[Records from a dataset]
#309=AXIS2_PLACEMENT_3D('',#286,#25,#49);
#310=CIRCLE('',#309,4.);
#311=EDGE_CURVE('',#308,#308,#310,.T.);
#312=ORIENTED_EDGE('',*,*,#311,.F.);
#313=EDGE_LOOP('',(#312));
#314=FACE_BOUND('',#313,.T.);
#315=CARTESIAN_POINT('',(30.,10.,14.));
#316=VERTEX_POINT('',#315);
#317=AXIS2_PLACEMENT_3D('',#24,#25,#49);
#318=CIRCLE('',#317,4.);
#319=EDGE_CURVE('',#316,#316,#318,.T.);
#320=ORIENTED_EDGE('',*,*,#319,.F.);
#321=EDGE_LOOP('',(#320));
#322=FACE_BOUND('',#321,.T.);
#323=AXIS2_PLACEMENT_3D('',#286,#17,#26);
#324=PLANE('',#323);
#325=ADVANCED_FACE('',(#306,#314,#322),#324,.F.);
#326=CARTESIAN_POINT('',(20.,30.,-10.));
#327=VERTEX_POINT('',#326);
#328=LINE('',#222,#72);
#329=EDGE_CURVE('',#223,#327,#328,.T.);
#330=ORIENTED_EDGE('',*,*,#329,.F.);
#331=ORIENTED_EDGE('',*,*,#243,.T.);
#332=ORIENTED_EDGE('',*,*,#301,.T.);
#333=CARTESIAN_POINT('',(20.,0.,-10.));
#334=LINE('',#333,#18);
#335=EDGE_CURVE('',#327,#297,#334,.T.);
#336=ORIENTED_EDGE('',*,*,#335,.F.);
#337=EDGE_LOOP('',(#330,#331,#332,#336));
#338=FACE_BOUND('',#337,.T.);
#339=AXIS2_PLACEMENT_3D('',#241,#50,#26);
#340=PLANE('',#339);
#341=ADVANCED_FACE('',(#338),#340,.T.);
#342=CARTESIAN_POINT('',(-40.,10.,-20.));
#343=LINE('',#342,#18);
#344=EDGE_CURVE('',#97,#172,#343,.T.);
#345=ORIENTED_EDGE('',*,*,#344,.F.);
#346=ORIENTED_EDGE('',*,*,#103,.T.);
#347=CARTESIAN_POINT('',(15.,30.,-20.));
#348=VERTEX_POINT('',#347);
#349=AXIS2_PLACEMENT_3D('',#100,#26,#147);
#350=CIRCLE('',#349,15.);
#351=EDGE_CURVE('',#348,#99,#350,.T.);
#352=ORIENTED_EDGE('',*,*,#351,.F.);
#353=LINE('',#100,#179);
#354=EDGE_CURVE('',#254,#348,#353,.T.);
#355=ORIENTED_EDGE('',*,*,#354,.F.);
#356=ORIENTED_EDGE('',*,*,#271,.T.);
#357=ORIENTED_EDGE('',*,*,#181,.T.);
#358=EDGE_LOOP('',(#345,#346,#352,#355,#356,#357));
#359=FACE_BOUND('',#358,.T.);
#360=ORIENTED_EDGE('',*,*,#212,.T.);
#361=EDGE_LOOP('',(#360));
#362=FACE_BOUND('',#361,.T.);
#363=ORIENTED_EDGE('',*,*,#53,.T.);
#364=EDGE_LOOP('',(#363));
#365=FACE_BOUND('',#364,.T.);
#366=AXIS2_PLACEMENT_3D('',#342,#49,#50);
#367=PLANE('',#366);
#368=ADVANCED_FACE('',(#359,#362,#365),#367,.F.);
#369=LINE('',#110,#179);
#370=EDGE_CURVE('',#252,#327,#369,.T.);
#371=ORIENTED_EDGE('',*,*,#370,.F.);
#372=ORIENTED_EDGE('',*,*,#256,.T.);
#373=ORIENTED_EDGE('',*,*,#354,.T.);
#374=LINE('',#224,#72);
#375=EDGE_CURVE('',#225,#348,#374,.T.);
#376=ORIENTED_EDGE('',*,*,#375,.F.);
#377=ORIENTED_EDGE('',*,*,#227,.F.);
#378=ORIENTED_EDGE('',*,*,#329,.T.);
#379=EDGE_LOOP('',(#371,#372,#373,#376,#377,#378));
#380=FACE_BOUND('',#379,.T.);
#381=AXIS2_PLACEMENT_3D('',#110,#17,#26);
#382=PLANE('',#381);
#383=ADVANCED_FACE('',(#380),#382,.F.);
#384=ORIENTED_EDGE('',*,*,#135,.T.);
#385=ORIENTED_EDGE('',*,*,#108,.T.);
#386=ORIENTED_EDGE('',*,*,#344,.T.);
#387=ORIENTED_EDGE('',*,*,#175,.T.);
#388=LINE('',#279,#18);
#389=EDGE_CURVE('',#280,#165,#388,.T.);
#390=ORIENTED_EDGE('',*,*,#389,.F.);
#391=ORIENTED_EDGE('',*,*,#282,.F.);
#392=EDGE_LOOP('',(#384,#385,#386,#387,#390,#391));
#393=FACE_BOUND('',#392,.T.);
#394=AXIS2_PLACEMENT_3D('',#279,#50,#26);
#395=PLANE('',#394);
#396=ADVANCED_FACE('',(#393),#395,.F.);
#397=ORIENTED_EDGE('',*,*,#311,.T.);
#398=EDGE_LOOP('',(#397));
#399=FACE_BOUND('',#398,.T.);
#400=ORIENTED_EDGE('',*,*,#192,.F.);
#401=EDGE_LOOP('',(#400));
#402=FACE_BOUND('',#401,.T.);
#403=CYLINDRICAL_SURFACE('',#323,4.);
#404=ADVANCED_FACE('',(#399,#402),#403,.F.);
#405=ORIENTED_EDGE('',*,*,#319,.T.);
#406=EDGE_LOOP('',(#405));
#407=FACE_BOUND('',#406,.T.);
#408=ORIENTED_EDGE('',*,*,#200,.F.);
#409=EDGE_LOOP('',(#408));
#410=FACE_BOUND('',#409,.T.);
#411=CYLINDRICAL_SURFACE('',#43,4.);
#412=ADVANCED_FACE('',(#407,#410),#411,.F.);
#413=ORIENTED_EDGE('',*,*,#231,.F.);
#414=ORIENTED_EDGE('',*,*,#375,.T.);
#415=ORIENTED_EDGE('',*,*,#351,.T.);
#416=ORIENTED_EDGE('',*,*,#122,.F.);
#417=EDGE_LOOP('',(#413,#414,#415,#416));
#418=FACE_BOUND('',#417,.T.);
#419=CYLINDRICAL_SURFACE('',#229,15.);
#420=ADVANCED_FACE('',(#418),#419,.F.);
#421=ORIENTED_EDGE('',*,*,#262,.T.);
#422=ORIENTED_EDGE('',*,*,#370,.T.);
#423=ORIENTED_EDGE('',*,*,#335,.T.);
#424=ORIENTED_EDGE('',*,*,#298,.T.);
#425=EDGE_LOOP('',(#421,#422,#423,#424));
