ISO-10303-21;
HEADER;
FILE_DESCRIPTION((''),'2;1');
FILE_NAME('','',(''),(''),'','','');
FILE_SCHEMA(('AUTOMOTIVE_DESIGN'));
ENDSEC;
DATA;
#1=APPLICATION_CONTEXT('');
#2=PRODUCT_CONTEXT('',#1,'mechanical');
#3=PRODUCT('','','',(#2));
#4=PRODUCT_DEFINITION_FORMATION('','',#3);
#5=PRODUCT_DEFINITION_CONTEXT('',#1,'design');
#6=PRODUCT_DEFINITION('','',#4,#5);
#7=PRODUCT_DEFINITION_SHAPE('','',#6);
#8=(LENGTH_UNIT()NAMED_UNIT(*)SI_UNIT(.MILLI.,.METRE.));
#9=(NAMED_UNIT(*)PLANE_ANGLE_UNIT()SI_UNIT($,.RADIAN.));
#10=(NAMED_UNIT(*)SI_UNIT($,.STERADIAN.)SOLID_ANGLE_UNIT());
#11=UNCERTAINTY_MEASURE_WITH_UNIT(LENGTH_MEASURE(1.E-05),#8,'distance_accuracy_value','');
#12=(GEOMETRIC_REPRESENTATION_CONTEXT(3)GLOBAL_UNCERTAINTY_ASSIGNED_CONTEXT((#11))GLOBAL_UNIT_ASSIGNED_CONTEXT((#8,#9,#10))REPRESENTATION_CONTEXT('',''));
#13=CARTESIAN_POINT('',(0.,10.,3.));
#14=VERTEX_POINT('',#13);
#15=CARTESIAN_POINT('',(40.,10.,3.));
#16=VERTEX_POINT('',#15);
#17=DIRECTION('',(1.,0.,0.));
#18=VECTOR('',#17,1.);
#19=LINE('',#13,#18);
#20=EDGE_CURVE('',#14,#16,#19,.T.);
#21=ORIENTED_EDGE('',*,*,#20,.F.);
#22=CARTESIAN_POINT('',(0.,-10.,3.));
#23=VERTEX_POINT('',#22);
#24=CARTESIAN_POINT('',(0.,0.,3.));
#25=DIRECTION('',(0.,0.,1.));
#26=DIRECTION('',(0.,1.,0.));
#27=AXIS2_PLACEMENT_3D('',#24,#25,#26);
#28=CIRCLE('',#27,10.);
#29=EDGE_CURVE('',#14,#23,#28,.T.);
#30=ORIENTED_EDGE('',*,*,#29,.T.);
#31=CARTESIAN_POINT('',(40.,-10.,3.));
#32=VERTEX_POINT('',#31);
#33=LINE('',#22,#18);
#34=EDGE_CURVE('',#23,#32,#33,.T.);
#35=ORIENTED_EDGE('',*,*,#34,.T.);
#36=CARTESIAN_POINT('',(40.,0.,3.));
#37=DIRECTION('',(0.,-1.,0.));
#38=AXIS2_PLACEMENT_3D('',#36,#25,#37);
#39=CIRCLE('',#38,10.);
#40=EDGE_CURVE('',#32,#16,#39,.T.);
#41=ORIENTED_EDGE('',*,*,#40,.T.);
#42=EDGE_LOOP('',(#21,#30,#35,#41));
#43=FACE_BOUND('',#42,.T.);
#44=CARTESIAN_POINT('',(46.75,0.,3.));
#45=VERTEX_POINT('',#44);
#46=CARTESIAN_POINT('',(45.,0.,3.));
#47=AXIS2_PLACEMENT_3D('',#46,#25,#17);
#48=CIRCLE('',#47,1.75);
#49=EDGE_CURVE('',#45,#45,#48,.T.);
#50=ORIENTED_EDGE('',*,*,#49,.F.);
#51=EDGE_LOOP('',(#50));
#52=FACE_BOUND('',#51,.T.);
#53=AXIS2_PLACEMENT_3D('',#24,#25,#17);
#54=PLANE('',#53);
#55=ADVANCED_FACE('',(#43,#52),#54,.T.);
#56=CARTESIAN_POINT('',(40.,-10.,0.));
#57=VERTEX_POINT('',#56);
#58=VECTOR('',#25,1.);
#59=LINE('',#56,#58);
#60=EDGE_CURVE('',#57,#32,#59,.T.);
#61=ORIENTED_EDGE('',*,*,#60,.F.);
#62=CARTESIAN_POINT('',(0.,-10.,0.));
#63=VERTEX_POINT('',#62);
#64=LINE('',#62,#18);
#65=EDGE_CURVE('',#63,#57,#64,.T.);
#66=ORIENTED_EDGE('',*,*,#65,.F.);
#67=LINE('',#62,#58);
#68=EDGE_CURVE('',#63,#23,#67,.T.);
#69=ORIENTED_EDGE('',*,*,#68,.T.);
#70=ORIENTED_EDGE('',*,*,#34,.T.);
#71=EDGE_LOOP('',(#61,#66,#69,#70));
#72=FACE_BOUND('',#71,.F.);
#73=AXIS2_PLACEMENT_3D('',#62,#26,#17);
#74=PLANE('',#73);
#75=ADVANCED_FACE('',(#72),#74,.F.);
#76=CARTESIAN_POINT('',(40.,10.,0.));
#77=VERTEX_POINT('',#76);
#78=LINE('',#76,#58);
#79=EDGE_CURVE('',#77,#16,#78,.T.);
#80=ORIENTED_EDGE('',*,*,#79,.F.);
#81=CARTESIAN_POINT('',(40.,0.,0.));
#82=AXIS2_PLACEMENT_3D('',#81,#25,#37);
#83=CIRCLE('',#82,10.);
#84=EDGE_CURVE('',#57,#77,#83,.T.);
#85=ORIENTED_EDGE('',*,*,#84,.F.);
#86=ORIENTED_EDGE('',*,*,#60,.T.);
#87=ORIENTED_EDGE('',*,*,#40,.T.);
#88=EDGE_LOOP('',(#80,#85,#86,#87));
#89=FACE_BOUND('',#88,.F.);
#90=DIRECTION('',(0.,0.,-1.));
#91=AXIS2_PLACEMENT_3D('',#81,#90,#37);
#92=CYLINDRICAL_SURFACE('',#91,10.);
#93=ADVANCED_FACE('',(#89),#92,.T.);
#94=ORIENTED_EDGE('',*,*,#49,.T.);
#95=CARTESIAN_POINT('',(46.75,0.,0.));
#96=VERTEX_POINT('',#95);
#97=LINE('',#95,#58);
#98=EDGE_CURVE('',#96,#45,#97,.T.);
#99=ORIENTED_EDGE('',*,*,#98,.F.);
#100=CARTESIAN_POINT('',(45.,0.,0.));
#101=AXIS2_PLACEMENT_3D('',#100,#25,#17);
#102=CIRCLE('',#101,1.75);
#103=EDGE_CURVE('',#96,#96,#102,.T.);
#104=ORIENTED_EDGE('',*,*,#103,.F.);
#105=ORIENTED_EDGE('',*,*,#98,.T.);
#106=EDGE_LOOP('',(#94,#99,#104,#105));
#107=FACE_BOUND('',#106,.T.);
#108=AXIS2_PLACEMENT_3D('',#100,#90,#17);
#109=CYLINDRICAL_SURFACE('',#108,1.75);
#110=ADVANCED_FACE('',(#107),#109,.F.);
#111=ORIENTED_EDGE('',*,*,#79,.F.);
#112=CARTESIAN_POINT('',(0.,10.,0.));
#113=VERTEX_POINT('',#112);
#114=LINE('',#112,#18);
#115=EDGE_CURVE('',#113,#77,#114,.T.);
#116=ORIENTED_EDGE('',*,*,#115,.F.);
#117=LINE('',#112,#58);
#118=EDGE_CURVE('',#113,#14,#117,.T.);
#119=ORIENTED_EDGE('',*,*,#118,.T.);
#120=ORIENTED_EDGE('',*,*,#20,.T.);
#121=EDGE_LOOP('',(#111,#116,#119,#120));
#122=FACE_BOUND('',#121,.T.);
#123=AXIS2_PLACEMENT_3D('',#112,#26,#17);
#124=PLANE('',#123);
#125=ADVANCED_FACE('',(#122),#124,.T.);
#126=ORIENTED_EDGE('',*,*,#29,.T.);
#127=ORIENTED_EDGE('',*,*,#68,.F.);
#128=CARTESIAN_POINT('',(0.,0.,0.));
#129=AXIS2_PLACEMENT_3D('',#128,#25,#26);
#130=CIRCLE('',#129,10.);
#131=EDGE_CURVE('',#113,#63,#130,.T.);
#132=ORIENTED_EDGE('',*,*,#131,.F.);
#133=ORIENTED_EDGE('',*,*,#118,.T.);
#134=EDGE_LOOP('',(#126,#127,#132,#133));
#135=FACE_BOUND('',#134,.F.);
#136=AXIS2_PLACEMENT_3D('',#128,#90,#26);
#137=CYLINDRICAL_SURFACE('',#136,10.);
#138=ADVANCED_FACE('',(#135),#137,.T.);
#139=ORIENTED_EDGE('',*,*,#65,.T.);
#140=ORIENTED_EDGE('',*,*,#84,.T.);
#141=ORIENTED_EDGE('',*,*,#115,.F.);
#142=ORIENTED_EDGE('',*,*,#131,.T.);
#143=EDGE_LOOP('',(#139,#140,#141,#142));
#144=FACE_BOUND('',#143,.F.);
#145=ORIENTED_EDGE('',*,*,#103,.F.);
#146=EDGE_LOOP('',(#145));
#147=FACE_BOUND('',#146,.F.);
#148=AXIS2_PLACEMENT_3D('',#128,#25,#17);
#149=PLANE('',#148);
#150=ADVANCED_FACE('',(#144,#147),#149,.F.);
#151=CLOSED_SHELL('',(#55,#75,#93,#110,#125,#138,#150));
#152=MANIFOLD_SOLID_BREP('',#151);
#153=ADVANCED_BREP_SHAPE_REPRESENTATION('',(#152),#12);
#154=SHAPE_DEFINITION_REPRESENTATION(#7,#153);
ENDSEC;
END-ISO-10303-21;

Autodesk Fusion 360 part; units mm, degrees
sketch "Sketch1" plane through (0, 0, 0) normal (0, 0, 1) x (1, 0, 0)
  line L0 (0, 0) -> (40, 0) construction
  line L1 (0, 10) -> (40, 10)
  line L2 (0, -10) -> (40, -10)
  arc A0 (0, 10) -> (0, -10) centre (0, 0) ccw
  arc A1 (40, -10) -> (40, 10) centre (40, 0) ccw
  circle A2 centre (45, 0) radius 1.75
  line L3 (50, 9.724) -> (50, -11.0876) construction
  dimension "d1" = 20
  dimension "d2" = 20
  dimension "d3" = 40
  dimension "d4" = 3.5
  dimension "d5" = 5
extrude "Extrude1" add sketch "Sketch1" along normal blind 3
sketch "DXF_outline" plane through (0, 0, 3) normal (0, 0, 1) x (-1, 0, 0)
  circle A0 centre (-45, 0) radius 1.75
  arc A1 (0, -10) -> (0, 10) centre (0, 0) ccw
  line L0 (0, 10) -> (-40, 10)
  arc A2 (-40, 10) -> (-40, -10) centre (-40, 0) ccw
  line L1 (-40, -10) -> (0, -10)
equation "d1 = width"
equation "d2 = d1"
equation "d3 = length"
equation "d4 = keyhole"
equation "d5 = d4 + 1.5 mm"
equation "width = 20 mm" comment "Width"
equation "length = 40 mm" comment "Overall length"
equation "keyhole = 3.5 mm" comment "Key hole diameter"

EXERCISE INSTRUCTIONS:
Above are the records; repeat exactly the lines from the one holding "#319=EDGE_CURVE('',#316,#316,#318,.T.);" down to the one holding "#331=ORIENTED_EDGE('',*,*,#243,.T.);", end lines included.

TASK OUTPUT:
#319=EDGE_CURVE('',#316,#316,#318,.T.);
#320=ORIENTED_EDGE('',*,*,#319,.F.);
#321=EDGE_LOOP('',(#320));
#322=FACE_BOUND('',#321,.T.);
#323=AXIS2_PLACEMENT_3D('',#286,#17,#26);
#324=PLANE('',#323);
#325=ADVANCED_FACE('',(#306,#314,#322),#324,.F.);
#326=CARTESIAN_POINT('',(20.,30.,-10.));
#327=VERTEX_POINT('',#326);
#328=LINE('',#222,#72);
#329=EDGE_CURVE('',#223,#327,#328,.T.);
#330=ORIENTED_EDGE('',*,*,#329,.F.);
#331=ORIENTED_EDGE('',*,*,#243,.T.);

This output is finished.